## Given records

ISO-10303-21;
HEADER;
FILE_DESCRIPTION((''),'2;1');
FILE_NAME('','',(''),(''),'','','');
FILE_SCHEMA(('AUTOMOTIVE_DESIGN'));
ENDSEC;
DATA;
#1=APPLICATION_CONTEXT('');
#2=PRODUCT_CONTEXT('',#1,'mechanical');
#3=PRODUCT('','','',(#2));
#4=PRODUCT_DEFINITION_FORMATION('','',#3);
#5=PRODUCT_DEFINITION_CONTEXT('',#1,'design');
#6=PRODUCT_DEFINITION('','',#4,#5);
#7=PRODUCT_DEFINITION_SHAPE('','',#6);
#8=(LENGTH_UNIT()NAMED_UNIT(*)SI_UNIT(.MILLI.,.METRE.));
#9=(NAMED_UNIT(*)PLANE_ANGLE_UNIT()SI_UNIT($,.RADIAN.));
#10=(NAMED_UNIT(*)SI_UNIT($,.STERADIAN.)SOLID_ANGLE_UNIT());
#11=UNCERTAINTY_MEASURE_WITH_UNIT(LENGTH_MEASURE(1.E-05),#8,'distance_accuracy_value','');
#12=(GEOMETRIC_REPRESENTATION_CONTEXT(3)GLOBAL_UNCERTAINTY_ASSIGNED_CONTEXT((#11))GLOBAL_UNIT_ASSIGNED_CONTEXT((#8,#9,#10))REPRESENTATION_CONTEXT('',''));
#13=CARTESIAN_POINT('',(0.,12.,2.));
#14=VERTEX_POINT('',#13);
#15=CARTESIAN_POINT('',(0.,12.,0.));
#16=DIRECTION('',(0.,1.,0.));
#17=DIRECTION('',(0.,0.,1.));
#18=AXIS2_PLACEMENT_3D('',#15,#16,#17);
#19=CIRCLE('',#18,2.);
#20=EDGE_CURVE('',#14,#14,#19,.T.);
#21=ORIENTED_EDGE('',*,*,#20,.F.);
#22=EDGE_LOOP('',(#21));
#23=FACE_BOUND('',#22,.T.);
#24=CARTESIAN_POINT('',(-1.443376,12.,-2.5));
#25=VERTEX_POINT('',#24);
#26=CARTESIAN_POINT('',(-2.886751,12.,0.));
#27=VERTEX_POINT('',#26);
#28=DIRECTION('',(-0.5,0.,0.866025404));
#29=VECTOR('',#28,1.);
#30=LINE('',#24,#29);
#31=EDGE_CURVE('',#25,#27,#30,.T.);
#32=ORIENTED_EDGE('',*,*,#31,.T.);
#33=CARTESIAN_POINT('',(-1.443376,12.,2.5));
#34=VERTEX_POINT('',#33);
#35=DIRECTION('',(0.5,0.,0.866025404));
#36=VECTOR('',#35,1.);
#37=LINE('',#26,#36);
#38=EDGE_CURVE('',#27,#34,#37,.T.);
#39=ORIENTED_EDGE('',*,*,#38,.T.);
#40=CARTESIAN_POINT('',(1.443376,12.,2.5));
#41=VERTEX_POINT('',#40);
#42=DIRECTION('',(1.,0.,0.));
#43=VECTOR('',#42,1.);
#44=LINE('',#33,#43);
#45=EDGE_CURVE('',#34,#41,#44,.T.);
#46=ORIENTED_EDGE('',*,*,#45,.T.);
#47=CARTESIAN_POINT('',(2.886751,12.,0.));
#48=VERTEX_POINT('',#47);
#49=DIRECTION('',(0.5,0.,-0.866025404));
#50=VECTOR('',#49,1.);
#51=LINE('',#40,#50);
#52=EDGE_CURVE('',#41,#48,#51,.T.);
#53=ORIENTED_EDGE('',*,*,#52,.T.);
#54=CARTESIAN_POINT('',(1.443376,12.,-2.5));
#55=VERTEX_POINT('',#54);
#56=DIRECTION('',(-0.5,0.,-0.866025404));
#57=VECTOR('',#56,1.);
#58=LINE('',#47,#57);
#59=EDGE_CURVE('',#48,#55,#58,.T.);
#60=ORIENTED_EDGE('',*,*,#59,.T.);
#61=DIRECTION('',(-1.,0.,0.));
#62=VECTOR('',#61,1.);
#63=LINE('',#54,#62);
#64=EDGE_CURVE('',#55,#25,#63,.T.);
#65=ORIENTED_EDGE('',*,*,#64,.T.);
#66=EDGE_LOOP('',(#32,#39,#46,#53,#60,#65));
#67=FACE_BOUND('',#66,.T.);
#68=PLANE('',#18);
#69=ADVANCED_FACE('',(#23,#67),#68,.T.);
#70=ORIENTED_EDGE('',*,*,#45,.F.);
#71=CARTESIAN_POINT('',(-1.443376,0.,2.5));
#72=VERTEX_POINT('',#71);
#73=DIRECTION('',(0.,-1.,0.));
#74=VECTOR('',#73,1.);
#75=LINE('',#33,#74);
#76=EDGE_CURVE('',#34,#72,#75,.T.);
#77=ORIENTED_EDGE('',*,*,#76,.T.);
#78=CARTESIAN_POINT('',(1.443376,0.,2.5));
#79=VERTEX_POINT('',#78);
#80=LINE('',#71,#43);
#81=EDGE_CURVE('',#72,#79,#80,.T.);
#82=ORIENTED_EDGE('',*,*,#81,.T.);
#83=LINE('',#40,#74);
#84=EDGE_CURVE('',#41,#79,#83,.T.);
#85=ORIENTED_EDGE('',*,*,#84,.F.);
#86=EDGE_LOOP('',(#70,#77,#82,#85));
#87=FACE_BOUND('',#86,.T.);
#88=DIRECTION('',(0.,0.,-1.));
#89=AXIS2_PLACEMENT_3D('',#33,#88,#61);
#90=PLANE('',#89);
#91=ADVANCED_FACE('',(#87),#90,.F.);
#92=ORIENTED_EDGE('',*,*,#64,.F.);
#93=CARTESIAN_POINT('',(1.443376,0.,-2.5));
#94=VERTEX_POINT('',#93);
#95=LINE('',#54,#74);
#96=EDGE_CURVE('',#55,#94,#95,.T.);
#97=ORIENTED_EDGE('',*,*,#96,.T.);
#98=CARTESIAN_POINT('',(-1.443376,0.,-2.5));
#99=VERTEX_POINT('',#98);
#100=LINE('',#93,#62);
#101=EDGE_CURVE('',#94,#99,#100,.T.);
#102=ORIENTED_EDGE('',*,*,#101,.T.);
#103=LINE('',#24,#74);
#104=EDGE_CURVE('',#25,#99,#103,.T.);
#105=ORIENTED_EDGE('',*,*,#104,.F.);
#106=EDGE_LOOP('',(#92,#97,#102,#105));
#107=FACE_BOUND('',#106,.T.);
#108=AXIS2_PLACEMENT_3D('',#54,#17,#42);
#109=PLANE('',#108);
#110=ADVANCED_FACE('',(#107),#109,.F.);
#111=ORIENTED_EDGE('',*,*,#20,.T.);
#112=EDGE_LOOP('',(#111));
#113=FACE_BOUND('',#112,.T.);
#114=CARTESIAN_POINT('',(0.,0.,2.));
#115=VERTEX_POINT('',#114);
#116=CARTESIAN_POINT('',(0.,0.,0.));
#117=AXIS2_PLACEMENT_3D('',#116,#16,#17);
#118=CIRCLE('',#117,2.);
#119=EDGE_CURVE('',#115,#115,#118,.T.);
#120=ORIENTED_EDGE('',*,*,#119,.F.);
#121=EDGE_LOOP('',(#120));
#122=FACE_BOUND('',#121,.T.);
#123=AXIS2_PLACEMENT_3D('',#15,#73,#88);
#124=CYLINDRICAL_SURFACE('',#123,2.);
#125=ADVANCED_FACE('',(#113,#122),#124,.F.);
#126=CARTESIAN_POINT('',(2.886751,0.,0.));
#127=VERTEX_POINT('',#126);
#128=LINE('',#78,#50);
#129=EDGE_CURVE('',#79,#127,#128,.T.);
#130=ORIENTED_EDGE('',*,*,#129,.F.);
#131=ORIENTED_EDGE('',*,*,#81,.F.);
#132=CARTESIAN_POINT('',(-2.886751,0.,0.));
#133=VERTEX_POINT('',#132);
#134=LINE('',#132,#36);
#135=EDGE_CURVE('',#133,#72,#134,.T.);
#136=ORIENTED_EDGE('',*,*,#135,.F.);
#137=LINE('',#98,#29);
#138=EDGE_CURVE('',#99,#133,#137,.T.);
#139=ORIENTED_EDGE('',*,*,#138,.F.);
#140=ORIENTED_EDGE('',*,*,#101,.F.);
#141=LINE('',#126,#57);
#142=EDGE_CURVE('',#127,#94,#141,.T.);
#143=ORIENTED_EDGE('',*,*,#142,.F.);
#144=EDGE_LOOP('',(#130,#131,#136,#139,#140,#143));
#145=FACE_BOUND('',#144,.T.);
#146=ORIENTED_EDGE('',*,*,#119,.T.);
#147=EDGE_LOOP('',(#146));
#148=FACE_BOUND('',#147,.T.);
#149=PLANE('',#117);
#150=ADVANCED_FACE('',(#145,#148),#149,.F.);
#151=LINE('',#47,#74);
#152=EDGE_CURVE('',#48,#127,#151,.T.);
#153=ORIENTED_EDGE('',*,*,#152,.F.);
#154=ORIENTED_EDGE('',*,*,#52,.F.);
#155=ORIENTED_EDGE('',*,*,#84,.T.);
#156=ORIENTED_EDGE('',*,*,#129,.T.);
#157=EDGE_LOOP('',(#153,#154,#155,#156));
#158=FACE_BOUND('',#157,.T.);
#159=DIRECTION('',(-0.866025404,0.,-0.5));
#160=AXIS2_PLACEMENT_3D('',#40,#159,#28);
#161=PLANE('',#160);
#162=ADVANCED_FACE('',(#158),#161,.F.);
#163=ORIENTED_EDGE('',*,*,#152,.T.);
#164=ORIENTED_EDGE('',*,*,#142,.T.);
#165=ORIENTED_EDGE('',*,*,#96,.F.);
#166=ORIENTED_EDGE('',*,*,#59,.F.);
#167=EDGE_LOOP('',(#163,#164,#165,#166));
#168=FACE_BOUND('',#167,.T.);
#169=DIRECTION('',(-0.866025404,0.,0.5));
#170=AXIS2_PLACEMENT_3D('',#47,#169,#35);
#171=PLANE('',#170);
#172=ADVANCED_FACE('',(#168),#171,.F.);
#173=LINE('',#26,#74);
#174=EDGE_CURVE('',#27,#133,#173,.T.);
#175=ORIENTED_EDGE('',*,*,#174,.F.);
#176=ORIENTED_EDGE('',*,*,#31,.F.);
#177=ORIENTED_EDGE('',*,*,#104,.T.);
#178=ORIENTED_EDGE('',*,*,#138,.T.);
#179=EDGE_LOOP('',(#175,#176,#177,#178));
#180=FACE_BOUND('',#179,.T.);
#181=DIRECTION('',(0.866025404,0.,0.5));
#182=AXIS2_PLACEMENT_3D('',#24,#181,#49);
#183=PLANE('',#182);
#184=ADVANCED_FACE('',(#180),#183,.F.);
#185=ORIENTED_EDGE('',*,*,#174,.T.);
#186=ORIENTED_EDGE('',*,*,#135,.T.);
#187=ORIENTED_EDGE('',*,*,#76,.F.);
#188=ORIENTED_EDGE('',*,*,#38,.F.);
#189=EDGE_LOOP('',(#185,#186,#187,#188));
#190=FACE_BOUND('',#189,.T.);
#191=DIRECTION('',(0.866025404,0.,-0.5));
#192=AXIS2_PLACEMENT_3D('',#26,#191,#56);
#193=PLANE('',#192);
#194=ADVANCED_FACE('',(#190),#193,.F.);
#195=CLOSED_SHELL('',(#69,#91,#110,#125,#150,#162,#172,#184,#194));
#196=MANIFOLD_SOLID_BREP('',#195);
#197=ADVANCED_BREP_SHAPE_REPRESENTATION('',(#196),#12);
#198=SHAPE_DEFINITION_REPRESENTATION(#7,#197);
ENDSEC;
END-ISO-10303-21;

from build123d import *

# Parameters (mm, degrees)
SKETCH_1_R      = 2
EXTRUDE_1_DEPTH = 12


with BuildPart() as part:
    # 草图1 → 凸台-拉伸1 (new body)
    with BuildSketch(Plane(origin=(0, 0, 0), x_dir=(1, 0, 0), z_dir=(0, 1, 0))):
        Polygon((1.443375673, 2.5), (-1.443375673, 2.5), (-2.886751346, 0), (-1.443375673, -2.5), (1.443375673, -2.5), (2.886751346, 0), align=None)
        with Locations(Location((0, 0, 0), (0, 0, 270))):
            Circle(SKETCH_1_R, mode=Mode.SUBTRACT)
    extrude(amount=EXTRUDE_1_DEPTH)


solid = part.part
...
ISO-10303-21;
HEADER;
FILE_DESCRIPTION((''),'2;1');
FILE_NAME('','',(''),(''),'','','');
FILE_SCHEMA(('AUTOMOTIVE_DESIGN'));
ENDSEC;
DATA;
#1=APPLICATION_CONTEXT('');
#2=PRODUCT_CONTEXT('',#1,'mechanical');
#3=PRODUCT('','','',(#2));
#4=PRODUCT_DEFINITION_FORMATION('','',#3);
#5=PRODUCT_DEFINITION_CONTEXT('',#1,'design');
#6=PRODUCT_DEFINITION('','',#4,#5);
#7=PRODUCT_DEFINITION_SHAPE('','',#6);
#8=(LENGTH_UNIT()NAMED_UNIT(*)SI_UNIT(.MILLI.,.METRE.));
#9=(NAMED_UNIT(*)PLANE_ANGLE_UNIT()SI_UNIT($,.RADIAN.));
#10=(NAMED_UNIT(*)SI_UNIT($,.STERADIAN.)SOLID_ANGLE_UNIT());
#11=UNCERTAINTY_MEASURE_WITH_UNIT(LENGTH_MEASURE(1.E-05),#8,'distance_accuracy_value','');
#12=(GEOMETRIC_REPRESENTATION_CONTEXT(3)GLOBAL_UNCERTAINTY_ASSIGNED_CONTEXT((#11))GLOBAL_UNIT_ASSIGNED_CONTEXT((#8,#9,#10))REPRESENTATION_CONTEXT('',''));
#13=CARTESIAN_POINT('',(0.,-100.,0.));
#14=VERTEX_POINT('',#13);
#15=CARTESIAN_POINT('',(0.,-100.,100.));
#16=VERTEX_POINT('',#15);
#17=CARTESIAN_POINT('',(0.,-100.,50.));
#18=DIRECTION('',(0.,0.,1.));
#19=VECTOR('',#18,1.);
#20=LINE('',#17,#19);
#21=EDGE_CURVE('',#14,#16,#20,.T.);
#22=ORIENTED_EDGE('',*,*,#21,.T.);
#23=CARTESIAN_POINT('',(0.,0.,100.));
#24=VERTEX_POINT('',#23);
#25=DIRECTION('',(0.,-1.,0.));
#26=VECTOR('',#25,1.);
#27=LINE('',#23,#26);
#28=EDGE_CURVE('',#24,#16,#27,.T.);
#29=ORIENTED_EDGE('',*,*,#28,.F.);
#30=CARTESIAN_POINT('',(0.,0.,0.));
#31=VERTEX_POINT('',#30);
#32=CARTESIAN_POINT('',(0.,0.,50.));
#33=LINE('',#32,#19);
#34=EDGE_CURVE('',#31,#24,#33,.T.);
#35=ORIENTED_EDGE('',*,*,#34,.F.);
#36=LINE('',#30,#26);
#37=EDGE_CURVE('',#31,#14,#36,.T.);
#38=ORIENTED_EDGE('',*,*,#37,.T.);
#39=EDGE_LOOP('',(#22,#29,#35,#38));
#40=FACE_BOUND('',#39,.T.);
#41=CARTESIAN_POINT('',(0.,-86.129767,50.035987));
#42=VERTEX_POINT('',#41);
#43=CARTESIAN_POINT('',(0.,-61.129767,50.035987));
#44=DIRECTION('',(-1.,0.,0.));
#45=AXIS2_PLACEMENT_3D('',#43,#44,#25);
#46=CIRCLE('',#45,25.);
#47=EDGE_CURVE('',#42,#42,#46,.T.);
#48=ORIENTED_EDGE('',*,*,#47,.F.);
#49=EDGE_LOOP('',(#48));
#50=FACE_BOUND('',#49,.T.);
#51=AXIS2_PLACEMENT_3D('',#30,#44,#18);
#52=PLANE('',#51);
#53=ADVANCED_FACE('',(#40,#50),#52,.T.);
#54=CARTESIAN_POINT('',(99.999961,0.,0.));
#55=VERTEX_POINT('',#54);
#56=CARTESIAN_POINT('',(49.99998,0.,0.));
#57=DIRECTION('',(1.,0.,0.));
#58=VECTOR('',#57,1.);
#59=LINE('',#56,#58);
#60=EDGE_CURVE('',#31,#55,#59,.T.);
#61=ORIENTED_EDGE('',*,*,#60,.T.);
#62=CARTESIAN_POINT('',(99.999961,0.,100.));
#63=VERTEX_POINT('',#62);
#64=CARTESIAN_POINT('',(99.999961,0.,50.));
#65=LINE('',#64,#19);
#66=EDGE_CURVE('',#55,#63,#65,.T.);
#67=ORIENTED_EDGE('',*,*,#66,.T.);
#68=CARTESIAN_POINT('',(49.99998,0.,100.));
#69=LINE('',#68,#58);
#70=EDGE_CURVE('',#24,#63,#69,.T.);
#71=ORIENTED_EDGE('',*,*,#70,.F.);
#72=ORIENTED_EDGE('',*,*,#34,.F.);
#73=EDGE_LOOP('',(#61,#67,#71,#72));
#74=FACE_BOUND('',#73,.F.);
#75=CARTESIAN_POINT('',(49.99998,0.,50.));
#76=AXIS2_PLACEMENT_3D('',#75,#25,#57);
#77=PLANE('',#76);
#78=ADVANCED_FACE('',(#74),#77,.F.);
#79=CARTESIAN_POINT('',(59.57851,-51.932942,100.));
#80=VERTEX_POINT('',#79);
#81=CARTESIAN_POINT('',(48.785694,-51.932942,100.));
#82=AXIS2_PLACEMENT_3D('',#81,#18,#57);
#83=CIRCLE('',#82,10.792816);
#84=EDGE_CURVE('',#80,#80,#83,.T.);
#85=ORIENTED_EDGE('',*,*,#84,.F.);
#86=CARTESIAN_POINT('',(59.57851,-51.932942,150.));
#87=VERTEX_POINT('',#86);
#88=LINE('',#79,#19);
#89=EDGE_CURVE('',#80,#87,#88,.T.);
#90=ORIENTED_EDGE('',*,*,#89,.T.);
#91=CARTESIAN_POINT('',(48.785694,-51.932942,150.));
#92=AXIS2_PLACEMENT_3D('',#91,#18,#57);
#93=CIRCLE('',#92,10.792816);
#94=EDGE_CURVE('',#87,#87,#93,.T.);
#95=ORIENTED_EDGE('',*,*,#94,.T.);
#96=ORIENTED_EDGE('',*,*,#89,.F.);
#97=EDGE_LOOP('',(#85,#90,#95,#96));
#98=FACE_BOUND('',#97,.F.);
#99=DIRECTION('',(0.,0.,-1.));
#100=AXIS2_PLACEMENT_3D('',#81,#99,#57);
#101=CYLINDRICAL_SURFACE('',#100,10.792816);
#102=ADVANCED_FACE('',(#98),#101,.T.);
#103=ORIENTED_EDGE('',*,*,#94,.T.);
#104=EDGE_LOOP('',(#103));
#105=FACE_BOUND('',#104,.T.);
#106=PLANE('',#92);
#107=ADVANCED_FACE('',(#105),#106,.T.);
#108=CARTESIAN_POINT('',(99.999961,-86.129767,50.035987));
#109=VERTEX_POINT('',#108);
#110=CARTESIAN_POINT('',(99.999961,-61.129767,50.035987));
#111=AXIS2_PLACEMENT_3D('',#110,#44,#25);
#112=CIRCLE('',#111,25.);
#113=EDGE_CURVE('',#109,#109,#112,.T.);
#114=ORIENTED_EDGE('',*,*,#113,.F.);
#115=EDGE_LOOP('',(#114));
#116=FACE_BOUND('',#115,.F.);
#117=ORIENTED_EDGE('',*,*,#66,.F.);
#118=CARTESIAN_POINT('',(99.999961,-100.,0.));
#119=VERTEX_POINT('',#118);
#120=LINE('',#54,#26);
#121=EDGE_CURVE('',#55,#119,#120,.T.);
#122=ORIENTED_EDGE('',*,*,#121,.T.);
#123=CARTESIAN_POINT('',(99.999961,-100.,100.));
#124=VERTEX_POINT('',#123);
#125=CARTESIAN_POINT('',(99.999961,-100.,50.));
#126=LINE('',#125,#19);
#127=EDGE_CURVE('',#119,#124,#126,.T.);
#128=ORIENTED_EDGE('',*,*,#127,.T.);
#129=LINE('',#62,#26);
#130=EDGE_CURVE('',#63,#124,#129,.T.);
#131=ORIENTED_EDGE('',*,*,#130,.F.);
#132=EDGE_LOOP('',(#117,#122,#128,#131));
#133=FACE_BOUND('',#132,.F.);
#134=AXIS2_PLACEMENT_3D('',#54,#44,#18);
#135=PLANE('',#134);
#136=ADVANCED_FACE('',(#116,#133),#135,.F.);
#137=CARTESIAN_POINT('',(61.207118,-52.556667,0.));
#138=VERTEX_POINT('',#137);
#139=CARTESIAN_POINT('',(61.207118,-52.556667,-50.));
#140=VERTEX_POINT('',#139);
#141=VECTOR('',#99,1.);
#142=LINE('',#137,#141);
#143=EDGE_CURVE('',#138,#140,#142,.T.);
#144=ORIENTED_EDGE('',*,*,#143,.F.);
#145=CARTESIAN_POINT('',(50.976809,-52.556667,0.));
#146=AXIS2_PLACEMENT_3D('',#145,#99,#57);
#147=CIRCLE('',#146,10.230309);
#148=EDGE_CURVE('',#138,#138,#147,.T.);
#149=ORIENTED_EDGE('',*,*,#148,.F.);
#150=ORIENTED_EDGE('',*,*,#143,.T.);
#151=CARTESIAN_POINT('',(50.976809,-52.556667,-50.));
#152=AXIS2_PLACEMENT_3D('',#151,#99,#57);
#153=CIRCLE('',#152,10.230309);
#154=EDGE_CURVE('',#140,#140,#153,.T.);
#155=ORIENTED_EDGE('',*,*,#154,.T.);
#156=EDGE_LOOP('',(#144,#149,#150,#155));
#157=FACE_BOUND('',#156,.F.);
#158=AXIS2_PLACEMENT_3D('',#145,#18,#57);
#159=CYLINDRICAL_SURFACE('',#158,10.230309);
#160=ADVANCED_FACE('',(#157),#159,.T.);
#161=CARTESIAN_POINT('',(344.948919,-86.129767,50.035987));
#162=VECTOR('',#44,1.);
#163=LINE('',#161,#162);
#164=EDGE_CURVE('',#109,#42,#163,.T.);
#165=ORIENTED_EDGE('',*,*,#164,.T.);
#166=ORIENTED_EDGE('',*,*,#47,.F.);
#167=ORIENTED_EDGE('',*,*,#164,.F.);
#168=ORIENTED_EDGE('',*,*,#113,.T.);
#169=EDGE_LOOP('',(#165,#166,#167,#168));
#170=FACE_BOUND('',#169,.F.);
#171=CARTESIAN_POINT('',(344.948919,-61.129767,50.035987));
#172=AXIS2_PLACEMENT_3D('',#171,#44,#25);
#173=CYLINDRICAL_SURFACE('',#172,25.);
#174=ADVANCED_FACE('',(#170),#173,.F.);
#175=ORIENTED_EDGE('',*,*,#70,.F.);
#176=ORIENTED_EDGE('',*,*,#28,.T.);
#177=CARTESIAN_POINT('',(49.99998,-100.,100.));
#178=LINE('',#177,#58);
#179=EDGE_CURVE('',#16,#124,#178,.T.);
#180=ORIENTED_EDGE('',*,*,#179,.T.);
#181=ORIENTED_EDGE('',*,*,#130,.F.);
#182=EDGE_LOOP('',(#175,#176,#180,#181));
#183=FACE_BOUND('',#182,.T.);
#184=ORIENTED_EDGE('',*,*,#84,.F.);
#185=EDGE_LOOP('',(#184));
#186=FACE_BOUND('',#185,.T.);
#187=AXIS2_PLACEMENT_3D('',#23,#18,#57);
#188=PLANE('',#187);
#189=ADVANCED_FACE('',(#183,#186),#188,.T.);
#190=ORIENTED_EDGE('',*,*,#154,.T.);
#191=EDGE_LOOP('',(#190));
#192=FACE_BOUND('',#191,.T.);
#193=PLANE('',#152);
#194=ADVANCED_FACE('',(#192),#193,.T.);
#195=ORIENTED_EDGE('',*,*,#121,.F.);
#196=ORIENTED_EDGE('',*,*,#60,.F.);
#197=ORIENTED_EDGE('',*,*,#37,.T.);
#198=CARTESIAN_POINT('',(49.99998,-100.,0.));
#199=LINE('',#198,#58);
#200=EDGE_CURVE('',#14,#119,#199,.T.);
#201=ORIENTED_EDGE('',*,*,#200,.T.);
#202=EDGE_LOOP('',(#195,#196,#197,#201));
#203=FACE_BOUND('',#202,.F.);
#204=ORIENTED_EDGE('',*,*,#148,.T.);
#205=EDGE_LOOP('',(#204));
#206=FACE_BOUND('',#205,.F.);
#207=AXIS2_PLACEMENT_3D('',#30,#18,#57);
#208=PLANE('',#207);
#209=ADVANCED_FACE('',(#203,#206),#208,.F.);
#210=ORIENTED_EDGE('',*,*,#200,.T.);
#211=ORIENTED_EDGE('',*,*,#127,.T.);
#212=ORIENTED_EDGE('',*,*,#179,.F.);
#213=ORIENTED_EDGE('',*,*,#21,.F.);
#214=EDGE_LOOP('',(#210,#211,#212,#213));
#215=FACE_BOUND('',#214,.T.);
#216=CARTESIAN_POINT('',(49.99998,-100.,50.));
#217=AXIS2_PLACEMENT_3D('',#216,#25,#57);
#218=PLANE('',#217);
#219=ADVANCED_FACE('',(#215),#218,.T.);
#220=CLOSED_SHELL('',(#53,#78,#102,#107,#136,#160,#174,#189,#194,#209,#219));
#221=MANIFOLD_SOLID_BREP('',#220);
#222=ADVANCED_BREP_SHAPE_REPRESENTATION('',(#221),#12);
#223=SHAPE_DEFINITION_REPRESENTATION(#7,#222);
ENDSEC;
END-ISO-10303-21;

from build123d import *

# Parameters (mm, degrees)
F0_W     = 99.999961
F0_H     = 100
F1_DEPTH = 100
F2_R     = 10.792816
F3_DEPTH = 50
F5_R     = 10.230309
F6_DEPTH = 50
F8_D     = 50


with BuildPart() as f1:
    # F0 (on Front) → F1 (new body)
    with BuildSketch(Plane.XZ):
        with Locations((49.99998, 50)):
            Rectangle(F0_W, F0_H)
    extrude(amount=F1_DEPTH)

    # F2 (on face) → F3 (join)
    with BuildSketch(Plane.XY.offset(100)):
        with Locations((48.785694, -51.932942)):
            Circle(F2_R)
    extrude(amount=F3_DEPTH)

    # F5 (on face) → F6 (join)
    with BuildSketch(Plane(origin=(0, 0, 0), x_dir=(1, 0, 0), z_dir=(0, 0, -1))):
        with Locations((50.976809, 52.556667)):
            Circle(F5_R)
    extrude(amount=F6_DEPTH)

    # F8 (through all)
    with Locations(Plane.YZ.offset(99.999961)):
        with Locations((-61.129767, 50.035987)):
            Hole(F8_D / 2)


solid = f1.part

## Work required
From the records above, transcribe without alteration every line from the one with "#195=ORIENTED_EDGE('',*,*,#121,.F.);" to the one with "#205=EDGE_LOOP('',(#204));", inclusive.

## Result of this task
#195=ORIENTED_EDGE('',*,*,#121,.F.);
#196=ORIENTED_EDGE('',*,*,#60,.F.);
#197=ORIENTED_EDGE('',*,*,#37,.T.);
#198=CARTESIAN_POINT('',(49.99998,-100.,0.));
#199=LINE('',#198,#58);
#200=EDGE_CURVE('',#14,#119,#199,.T.);
#201=ORIENTED_EDGE('',*,*,#200,.T.);
#202=EDGE_LOOP('',(#195,#196,#197,#201));
#203=FACE_BOUND('',#202,.F.);
#204=ORIENTED_EDGE('',*,*,#148,.T.);
#205=EDGE_LOOP('',(#204));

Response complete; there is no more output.